There are many traffic types that can happen through the connections between VPCs. One common pattern is that one VPC hosts the service provider (e.g. an API service provisioned via a cluster of EC2 instances) and the other VPC hosts the service consumer (e.g. an EC2 instance). The consumer needs to connect to the provider to consume the service. And to make the use case more specific, the traffic shouldn’t go through the public Internet for security reason.
We can achieve this access requirement via VPC peering but requires many configurations across CIDR, route tables and security groups. With the PrivateLink the configuration is simplified. We just need to create a VPC Endpoint and Endpoint Service at the consumer’s VPC and provider’s VPC respectively. That’s it (as shown below). There is no need to worry about path definitions or route tables. We can even establish connection between VPCs that have CIDR overlaps, which is not possible for VPC peering.

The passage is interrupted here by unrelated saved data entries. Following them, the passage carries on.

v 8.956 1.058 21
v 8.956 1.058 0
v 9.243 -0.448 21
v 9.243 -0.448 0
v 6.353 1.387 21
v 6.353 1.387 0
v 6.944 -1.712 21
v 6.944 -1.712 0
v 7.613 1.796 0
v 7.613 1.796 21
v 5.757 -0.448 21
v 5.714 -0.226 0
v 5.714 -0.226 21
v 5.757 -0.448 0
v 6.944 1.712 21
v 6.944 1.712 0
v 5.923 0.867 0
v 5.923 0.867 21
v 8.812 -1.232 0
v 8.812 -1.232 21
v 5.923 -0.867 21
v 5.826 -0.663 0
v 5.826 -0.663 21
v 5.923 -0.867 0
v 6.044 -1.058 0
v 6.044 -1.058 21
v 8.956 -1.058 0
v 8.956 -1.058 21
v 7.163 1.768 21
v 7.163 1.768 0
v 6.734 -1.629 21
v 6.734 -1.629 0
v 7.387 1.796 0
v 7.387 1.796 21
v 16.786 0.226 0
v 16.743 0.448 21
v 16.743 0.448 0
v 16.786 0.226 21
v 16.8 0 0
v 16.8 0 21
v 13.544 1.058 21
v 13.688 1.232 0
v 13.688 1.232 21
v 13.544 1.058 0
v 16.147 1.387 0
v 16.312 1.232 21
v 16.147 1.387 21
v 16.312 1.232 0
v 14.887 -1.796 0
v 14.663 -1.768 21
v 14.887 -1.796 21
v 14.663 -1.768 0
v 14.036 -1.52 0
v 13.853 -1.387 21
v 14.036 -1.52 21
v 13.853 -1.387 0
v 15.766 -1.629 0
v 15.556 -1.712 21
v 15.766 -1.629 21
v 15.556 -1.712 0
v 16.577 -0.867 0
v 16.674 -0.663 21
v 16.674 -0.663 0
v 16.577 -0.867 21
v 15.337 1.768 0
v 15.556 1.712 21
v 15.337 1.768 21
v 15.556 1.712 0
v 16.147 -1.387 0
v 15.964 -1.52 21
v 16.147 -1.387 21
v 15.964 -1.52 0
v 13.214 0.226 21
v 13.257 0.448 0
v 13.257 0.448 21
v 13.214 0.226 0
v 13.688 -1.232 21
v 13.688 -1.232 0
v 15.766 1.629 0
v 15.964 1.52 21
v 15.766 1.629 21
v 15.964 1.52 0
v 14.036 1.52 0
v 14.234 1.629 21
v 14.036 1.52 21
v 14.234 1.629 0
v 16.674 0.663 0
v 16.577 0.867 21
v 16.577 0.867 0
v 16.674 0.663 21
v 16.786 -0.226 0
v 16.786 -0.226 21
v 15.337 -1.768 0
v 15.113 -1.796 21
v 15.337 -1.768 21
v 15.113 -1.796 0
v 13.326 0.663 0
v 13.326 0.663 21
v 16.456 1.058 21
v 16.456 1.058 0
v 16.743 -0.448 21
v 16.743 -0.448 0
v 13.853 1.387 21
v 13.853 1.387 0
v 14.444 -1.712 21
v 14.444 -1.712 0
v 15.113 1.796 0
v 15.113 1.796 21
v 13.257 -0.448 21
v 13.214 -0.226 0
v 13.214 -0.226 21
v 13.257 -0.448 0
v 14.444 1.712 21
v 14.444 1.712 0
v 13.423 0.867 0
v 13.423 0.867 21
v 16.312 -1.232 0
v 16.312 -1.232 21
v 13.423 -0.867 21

So we can see that the PrivateLink provides an alternative and simplified connection option between VPCs. But are there any limitations and drawbacks? Yes, there are. Firstly, unlike VPC peering that supports bi-direction communications, PrivateLink only supports one direction, i.e. the requests can only be initiated from the consumer side.

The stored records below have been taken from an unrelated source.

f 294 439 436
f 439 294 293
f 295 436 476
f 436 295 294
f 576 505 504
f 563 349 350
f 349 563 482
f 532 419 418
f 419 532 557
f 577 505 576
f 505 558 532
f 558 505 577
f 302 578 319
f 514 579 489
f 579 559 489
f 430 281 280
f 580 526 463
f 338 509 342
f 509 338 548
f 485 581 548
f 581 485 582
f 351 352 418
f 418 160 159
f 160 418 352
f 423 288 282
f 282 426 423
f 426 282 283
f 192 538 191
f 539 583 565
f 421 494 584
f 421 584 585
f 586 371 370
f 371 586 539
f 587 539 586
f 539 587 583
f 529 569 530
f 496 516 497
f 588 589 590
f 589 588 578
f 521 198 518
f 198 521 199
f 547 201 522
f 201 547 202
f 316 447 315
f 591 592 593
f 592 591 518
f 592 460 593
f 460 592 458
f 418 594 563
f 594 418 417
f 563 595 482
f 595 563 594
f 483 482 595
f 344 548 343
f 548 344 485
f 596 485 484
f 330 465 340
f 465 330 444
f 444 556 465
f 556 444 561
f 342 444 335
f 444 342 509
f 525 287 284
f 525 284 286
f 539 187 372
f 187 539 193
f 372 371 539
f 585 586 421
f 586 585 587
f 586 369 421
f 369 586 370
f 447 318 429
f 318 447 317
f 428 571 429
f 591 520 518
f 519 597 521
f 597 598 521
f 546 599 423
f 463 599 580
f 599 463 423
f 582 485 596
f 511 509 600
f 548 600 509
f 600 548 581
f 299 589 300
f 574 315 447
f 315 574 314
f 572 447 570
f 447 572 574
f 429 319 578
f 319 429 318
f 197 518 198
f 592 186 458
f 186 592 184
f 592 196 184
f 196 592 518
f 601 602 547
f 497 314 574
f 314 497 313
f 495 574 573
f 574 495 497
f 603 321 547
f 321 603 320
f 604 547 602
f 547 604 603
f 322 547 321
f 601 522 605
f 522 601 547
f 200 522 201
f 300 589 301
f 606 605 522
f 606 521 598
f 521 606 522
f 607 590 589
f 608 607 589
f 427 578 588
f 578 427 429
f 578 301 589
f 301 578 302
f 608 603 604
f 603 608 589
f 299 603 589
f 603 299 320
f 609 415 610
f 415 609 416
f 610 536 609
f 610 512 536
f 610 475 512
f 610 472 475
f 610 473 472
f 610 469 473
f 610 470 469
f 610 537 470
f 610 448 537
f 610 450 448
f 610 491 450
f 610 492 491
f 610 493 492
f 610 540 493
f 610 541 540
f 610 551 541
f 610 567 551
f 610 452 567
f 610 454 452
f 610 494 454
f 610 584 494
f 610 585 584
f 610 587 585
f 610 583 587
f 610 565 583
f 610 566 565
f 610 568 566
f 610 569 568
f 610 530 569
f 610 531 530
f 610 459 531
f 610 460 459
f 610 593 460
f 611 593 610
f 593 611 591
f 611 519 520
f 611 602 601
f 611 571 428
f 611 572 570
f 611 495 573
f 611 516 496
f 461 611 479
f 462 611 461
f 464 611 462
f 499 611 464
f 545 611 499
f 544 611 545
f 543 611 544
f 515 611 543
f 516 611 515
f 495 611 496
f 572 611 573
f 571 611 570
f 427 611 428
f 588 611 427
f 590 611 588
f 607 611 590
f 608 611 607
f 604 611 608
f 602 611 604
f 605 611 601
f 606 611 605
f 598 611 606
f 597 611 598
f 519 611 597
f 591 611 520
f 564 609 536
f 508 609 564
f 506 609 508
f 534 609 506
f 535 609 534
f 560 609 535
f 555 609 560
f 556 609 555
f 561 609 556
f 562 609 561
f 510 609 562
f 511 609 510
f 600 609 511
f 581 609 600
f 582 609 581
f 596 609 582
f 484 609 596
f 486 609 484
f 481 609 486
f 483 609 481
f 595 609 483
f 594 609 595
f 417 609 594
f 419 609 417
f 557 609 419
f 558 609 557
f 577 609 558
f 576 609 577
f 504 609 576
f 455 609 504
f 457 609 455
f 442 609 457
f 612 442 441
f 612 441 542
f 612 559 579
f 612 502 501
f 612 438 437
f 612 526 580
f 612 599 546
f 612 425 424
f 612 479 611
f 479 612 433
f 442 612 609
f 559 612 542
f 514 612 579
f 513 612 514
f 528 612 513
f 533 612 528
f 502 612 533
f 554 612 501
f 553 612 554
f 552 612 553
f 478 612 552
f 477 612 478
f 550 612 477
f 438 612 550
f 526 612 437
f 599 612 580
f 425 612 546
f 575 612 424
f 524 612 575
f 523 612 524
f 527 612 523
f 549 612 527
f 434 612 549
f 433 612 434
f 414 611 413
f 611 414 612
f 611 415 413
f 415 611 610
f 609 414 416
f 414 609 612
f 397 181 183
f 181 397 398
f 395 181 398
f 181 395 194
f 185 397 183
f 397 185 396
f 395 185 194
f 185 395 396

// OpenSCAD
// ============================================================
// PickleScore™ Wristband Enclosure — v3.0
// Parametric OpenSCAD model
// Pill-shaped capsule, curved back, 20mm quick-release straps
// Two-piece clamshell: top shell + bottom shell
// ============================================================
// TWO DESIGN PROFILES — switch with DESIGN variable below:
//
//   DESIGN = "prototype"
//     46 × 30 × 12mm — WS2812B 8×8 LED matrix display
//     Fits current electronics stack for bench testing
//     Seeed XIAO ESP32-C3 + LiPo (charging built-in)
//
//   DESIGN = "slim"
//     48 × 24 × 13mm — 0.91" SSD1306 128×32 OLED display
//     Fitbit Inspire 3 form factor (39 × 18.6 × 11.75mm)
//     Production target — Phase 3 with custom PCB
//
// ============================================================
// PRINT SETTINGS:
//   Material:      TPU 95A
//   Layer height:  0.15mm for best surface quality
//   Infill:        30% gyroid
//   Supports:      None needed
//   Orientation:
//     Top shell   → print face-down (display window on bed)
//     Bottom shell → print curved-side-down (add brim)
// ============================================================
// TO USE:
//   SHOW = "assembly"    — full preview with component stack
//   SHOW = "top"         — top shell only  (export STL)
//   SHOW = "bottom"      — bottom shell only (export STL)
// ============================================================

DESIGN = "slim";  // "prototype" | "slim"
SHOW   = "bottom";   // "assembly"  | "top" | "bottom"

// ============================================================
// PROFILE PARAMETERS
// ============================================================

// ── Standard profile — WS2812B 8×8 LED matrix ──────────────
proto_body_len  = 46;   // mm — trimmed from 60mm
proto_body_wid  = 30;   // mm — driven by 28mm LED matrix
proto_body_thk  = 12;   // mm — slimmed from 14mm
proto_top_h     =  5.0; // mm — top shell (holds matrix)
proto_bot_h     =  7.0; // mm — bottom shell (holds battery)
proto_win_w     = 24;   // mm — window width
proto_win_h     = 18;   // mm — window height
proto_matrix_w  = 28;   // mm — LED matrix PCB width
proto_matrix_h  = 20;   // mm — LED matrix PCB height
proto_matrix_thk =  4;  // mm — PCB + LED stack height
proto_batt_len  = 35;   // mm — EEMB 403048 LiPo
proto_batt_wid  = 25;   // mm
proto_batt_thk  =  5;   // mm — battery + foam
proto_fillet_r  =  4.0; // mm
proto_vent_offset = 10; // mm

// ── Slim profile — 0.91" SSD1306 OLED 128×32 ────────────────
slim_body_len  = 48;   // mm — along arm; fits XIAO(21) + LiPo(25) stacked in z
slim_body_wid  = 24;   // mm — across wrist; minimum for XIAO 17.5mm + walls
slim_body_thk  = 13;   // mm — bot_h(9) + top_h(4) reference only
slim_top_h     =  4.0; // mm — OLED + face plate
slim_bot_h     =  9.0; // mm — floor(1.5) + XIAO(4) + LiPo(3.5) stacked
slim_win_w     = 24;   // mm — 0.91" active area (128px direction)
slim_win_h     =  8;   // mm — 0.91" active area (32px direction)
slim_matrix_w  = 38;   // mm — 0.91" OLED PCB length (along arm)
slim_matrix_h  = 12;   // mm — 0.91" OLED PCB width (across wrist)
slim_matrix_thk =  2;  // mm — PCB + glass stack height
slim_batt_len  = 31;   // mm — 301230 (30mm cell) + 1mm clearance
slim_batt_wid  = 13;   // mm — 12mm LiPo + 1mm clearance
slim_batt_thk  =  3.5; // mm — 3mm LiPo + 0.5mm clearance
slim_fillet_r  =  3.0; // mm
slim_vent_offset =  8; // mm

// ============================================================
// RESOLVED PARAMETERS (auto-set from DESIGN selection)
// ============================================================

And from the provider’s VPC side, the VPC Endpoint Service only supports services that can be fronted by the Network Load Balancer (NLB) or Gateway Load Balancer (GLB). We certainly can use the PrivateLink to connect to services that are not relevant to a specific VPC, e.g. AWS PaaS services and Marketplace services. But within a VPC, NLB and GLB are the only options at this stage.
Overall, when we use a VPC endpoint to connect to another VPC’s endpoint service, which is what we were talking about above, the technology that powers this connection is the PrivateLink. Or if we use a VPC endpoint to connect to an AWS service instead of a VPC endpoint service, the technology behind the scenes is also the PrivateLink. It’s more than just VPC-to-VPC connection. For more information about the PrivateLink, see AWS PrivateLink and VPC Endpoints.
If we just talk about the VPC-to-VPC connections, the three options we mentioned above are the most common ones. However, if there is no restriction of traffic going out to public internet, VPN connection can be another option to connect VPCs together. For more information of the VPN options, see Software Site to Site VPN, Software VPN to AWS VPN, and AWS Managed VPN.
Overall, all options have their own pros and cons. Based on the environment and requirements, we can choose the most suitable option or combine some of them together to serve the purpose.